Öko-Institut entwirft Fahrplan zur Rohstoffwende
75 Rohstoffe, elf Nachhaltigkeitskriterien, vier Bedürfnisfelder, zwei Szenarien – die Rohstoffwende verlangt eine detaillierte Analyse. Das Öko-Institut hat erstmals für verschiedene Rohstoffgruppen rohstoffspezifische Ziele und Instrumente für eine künftige nachhaltige Rohstoffpolitik definiert. In seinem zweiten Policy Paper im Projekt „Rohstoffwende Deutschland 2049“ ermittelt das Projektteam am Beispiel der Rohstoffe Neodym und Kies Entlastungspotenziale für die vier wesentlichen Bedürfnisfelder Wohnen, Arbeiten, Mobilität und Informations- und Kommunikationstechnologien (IKT).
25.07.2016
Der detaillierte Vergleich zeigt: Für den heimischen Massenrohstoff Kies braucht es unbedingt konkrete politische Vorgaben, die den Verbrauch reduzieren und den Einsatz von recyceltem Baumaterial steigern. Bei Neodym, das in der Zukunft voraussichtlich verstärkt für Elektromotoren beispielsweise für Elektro-Pkw genutzt werden wird, ist eine Zertifizierung nachhaltig geförderter Rohstoffe notwendig.
Fokus Kies: Längere Lebensdauer von Gebäuden, verstärktes Betonrecycling
Die Analyse des Rohstoffs Kies macht deutlich, dass für eine Rohstoffwende der Bedarf dieses heimischen Primärbaustoffs deutlich sinken muss. Der Abbau in Kiesgruben nimmt viel Fläche in Anspruch und zerstört intakte Landschaften und damit Lebensräume für Tiere und Pflanzen. Das „Rohstoffwendeszenario“ nimmt deshalb an, dass durch eine längere Nutzung von Bestandsgebäuden durch vorausschauende Sanierung der Neubaubedarf zurückgeht. Zusätzlich soll bei der Errichtung neuer Bauten mehr Sekundärmaterial, also etwa Betonbruch als Kiesersatz, verwendet werden.
„Wir sehen hohe Potenziale, um künftig weniger Primärkies in Tagebauen fördern zu müssen“, erläutert Dr.
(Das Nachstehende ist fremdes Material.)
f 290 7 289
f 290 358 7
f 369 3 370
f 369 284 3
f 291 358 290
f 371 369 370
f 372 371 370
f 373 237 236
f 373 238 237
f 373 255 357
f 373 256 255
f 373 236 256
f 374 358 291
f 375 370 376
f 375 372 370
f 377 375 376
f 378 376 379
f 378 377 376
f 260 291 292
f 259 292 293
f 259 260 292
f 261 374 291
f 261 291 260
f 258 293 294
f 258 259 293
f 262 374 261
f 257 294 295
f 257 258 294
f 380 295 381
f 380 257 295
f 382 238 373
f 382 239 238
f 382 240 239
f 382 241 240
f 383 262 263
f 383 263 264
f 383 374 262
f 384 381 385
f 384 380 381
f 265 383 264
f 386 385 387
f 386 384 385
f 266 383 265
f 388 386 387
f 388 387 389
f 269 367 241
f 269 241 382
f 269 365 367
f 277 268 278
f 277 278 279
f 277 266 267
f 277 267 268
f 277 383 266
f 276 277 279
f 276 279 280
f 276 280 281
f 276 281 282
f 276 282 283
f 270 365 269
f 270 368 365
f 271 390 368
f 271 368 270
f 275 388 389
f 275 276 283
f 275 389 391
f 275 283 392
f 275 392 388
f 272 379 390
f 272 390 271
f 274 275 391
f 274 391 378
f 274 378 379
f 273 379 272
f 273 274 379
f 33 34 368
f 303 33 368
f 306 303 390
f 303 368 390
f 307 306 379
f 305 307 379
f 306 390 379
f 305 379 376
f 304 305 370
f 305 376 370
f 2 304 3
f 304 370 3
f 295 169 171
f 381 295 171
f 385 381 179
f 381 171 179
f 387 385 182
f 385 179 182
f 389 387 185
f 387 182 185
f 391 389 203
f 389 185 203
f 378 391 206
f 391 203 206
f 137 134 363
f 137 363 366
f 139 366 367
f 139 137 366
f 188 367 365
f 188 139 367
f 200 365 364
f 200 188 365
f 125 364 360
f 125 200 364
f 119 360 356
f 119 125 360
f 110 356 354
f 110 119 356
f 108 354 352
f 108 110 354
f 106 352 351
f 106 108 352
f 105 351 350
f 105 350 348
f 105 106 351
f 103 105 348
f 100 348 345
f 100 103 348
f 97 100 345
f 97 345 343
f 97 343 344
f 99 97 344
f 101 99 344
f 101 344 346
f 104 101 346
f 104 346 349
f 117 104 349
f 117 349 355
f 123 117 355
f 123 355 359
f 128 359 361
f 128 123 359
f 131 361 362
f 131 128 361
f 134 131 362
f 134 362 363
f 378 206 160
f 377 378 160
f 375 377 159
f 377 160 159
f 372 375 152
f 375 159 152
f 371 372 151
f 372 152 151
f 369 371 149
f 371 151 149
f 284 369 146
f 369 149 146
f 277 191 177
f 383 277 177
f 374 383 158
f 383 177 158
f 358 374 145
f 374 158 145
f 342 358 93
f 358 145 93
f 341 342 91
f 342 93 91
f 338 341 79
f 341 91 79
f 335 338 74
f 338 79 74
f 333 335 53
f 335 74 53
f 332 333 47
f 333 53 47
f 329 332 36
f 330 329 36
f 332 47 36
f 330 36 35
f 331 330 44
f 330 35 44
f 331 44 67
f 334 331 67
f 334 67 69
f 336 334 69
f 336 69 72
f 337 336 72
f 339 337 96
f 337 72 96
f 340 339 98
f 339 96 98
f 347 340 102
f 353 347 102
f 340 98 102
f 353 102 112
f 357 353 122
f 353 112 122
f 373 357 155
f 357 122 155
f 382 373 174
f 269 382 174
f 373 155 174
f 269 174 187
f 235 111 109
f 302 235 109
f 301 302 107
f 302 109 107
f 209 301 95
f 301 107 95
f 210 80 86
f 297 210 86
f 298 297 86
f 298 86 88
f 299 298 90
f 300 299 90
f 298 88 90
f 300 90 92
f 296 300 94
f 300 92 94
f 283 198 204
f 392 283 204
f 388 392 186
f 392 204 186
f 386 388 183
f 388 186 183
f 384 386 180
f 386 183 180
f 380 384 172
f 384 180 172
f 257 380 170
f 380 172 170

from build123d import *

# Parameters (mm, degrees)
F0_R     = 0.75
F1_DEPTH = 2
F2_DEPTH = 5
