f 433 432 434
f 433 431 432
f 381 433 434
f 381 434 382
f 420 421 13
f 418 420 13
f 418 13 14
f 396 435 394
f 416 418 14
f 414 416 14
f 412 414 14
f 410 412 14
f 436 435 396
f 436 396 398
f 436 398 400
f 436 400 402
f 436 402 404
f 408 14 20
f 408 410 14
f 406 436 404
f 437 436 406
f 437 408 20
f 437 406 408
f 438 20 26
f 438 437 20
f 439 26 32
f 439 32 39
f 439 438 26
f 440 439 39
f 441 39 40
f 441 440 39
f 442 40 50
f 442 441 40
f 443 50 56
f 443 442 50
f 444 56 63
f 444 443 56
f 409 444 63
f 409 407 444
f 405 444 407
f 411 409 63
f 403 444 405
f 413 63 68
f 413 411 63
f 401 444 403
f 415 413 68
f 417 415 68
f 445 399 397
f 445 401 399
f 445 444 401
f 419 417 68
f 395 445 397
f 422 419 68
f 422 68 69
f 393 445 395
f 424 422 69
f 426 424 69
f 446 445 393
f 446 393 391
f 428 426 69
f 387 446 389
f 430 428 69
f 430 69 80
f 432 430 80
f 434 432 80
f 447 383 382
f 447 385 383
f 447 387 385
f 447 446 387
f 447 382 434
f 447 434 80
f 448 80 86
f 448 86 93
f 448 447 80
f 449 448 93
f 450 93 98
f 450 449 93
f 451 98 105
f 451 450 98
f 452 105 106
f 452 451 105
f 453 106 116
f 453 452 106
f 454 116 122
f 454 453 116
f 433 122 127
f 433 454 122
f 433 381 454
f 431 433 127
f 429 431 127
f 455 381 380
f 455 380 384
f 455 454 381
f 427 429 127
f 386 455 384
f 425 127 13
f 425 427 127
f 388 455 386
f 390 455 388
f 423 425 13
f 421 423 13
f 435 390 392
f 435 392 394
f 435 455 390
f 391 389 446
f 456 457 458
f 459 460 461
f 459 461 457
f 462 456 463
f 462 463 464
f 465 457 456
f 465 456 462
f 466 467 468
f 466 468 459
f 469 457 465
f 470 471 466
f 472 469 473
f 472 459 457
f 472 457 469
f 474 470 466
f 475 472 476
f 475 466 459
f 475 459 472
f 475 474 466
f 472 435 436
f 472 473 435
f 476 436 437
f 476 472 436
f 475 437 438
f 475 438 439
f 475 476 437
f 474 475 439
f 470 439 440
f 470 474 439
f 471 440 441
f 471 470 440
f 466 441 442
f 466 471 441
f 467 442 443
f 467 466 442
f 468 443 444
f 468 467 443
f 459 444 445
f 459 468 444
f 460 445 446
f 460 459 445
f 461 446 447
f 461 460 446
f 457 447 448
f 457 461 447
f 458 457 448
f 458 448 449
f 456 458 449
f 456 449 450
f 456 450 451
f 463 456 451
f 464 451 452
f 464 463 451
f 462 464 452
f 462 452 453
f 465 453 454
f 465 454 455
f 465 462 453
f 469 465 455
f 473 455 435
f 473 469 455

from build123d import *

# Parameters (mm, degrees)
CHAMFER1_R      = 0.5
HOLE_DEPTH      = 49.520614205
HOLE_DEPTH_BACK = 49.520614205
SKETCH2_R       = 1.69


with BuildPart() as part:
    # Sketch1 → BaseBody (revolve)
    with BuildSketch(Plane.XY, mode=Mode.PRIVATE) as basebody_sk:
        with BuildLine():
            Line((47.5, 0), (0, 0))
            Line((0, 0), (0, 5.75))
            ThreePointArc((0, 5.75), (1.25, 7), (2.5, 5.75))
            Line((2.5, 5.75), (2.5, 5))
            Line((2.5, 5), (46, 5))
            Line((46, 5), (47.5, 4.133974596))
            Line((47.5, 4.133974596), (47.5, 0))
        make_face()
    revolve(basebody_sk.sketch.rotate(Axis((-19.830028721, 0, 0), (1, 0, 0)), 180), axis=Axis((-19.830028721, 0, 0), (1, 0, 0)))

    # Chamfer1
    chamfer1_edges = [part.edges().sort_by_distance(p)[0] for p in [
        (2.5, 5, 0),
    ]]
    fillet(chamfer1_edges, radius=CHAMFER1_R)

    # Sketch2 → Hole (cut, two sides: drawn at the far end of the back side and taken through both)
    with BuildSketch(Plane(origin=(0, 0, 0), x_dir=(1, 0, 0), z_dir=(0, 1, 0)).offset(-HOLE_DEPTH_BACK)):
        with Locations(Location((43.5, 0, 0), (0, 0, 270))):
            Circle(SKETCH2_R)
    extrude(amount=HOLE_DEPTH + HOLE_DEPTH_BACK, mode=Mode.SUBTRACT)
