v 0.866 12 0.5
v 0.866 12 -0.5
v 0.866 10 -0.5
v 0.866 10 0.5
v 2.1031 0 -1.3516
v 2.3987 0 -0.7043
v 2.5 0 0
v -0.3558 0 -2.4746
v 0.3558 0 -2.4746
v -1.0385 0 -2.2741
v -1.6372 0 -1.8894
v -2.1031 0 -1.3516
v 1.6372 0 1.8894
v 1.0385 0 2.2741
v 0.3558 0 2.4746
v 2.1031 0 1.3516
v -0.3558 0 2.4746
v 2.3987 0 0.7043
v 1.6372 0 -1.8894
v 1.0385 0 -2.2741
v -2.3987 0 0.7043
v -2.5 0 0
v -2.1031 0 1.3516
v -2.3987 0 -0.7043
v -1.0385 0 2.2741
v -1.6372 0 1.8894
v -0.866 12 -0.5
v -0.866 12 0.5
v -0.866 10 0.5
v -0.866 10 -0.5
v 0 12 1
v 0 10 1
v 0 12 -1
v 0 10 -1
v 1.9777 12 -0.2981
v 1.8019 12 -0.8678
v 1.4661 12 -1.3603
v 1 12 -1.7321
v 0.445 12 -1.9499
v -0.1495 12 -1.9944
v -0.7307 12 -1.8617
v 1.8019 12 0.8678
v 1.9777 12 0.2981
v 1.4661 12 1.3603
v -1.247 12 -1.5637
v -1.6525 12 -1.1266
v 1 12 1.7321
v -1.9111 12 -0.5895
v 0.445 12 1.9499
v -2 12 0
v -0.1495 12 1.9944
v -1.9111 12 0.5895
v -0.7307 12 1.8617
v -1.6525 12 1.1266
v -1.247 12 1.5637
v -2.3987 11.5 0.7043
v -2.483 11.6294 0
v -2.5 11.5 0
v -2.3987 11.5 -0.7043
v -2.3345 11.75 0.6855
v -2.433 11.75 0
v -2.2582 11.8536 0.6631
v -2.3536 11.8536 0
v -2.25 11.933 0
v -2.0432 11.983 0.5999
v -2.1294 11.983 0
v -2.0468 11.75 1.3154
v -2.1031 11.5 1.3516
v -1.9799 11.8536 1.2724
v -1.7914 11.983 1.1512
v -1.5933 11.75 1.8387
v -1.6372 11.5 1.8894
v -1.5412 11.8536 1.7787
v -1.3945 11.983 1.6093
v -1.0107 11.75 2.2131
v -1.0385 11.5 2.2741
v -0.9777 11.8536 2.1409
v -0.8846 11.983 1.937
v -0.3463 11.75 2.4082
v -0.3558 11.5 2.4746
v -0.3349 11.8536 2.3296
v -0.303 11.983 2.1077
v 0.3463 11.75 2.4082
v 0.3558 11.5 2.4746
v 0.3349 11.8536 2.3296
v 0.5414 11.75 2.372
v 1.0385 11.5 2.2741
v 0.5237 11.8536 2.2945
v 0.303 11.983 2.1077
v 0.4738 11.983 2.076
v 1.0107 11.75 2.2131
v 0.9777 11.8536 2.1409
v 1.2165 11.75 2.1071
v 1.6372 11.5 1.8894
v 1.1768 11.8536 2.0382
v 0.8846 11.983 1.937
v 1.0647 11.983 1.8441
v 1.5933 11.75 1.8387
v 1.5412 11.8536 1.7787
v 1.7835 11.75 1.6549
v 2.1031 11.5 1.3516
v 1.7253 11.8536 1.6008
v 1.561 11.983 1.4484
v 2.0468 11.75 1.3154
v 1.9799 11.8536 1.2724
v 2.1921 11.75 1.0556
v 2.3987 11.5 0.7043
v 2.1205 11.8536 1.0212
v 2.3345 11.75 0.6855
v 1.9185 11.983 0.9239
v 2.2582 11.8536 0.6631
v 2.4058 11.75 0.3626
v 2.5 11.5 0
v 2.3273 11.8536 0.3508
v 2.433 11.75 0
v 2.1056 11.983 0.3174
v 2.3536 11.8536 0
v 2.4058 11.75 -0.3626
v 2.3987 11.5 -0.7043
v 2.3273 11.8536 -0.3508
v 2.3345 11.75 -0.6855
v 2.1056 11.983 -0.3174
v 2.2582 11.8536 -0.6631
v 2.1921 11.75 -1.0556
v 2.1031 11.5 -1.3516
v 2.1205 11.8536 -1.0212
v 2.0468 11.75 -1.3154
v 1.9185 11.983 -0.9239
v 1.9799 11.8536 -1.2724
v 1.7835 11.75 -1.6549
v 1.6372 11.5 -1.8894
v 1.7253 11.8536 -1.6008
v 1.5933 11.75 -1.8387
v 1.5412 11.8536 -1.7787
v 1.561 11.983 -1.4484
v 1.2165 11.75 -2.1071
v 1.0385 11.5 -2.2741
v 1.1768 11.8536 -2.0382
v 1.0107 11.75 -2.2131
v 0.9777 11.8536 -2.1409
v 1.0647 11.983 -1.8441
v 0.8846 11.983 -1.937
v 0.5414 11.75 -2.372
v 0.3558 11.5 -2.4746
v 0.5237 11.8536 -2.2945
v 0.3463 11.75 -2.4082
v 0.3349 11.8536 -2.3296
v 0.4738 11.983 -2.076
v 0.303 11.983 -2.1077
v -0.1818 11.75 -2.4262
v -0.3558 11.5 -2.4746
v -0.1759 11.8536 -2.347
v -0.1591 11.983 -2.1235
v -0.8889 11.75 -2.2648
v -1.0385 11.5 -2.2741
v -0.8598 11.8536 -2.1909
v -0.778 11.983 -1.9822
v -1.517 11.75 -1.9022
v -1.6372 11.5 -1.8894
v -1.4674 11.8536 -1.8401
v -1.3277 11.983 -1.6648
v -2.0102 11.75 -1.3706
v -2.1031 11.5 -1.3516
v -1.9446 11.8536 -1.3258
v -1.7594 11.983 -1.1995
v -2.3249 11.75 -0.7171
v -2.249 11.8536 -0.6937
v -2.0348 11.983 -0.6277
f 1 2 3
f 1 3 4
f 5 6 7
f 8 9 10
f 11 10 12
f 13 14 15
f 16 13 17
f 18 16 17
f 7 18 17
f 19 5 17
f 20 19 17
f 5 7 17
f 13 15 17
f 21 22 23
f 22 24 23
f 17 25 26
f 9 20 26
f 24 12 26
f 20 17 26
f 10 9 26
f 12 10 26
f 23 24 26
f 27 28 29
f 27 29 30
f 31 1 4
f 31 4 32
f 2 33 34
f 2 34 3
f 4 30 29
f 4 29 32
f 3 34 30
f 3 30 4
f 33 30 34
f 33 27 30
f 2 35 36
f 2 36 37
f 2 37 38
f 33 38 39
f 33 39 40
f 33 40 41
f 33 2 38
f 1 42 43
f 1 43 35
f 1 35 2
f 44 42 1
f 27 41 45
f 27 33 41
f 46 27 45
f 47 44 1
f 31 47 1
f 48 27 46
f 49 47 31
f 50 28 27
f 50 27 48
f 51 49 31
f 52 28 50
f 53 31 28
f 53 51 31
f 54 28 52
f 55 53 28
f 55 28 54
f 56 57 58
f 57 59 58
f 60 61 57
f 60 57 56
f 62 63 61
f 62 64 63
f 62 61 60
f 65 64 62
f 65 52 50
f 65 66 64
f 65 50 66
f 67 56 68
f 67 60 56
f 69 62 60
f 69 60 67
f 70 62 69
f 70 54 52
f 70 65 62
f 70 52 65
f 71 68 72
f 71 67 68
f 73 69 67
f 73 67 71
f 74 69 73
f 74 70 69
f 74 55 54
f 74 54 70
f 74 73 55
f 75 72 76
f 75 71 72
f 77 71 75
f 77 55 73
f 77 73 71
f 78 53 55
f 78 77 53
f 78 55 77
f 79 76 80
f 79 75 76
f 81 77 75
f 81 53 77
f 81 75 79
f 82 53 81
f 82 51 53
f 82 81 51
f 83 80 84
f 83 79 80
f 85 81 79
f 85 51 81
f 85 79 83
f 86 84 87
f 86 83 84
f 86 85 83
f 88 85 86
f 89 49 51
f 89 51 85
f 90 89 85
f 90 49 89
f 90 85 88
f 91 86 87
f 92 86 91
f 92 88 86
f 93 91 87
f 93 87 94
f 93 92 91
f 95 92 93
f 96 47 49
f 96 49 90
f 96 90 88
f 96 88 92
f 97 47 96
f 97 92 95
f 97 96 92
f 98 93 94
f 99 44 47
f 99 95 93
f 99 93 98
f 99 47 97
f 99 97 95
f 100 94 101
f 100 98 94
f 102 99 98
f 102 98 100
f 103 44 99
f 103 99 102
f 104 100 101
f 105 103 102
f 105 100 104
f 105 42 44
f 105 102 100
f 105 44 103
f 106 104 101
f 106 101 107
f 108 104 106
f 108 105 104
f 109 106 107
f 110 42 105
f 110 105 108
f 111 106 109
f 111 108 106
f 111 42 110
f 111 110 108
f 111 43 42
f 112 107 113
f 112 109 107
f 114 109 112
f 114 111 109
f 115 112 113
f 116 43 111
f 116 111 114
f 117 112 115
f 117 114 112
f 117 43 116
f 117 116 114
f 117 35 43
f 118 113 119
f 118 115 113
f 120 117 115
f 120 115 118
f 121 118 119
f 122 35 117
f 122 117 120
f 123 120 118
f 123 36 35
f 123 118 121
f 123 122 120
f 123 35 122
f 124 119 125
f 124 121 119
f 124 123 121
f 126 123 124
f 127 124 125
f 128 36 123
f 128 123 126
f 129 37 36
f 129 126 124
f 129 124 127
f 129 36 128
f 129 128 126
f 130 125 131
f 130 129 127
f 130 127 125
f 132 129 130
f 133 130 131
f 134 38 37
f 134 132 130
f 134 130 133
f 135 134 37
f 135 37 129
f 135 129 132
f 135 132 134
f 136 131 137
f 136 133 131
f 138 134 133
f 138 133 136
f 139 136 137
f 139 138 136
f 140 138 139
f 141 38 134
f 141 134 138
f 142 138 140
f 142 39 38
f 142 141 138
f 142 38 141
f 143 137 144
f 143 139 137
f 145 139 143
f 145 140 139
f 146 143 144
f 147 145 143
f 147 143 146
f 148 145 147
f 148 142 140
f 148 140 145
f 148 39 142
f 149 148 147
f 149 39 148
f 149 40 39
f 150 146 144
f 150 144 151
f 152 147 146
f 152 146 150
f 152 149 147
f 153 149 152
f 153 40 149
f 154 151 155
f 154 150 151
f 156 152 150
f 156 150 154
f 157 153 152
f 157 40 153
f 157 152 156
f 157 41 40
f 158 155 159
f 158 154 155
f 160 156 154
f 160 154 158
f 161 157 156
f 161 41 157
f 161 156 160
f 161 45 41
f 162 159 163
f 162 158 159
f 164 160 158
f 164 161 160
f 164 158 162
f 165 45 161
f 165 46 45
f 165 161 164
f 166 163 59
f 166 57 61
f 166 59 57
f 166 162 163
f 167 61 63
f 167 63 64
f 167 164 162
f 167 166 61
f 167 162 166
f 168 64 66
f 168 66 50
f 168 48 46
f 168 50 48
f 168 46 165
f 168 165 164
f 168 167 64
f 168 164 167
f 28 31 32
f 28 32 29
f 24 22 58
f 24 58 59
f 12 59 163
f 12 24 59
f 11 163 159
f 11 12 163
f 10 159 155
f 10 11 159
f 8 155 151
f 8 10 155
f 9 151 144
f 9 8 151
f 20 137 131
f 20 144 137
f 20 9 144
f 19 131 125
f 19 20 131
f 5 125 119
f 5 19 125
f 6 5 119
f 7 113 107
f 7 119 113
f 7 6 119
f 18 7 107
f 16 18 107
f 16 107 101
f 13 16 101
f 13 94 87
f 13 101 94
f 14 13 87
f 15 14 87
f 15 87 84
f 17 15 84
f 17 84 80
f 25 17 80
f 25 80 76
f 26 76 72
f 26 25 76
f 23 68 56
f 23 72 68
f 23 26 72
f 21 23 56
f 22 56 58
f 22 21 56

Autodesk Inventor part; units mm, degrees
ref_plane "YZ Plane" through (0, 0, 0) normal (1, 0, 0) x (0, 1, 0)
ref_plane "XZ Plane" through (0, 0, 0) normal (0, 1, 0) x (-1, 0, 0)
ref_plane "XY Plane" through (0, 0, 0) normal (0, 0, 1) x (1, 0, 0)
sketch "Sketch1" plane through (0, 0, 0) normal (0, 1, 0) x (-1, 0, 0)
  circle A0 centre (0, 0) radius 2.5
  dimension "d0" = 5
extrude "Extrusion1" add sketch "Sketch1" along normal blind 12
fillet "Fillet1" radius 0.5 1 edges at (2.5, 12, 0)
sketch "Sketch2" plane through (0, 12, 0) normal (0, 1, 0) x (1, 0, 0)
  line L0 (0, 1) -> (0.866, 0.5)
  line L1 (0.866, 0.5) -> (0.866, -0.5)
  line L2 (0.866, -0.5) -> (0, -1)
  line L3 (0, -1) -> (-0.866, -0.5)
  line L4 (-0.866, -0.5) -> (-0.866, 0.5)
  line L5 (-0.866, 0.5) -> (0, 1)
  point P0 (0, 0)
  point P1 (0, 0)
  dimension "d4" = 1
extrude "Extrusion2" cut sketch "Sketch2" against normal blind 2
properties part number "5mm Screw"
Matthias Buchert, Projektleiter von „Rohstoffwende Deutschland 2049“. „Dafür muss bis zum Jahr 2049 der Rohstoffbedarf für Neubauten stark reduziert werden und es muss mehr Recyclingbeton zum Einsatz kommen. Das ist heute schon technisch möglich, wird jedoch selten praktiziert. Dann können jährlich 23 Millionen Tonnen Primärkies weniger nachgefragt werden – das ist fast eine Halbierung im Vergleich zu heute und einem „Weiter so“-Szenario.“
Um steuernd einzugreifen schlägt das Projektteam des Öko-Instituts vor, eine Primärbaustoffsteuer einzuführen. Sie soll Anreize schaffen, die Primärrohstoffvorkommen an Kies zu schonen und den Einsatz von Recyclingbaustoffen zu fördern.
Das Projekt „Rohstoffwende Deutschland 2049“
Im Rahmen des Eigenprojektes „Rohstoffwende Deutschland 2049“ erarbeitet das Öko-Institut seit Sommer 2014 eine umfassende Strategie für eine Rohstoffwende. In Stakeholder-Workshops mit Teilnehmern aus Politik, Wissenschaft, Industrie und NGOs wurden die Zwischenergebnisse vorgestellt und diskutiert. Die Ergebnisse dieser Workshops flossen in die beiden Policy Paper ein.
Bis Ende 2016 definiert das Projektteam für alle untersuchten Rohstoffgruppen spezifische Ziele. Es arbeitet darüber hinaus neue und ambitionierte Maßnahmen und Instrumente aus, mit denen die Ziele einer Rohstoffwende in Deutschland erreicht werden können. Dazu gehören unter anderem ökonomische Instrumente, Ansätze zur Zertifizierung von Rohstoffen ebenso wie Anforderungen an Branchen und Unternehmen, menschenrechtliche und ökologische Risiken in der Wertschöpfungskette ihrer Produkte zu minimieren. Die finalen Projektergebnisse werden auf der Jahrestagung des Öko-Instituts am 1.12.2016 erstmals öffentlich vorgestellt.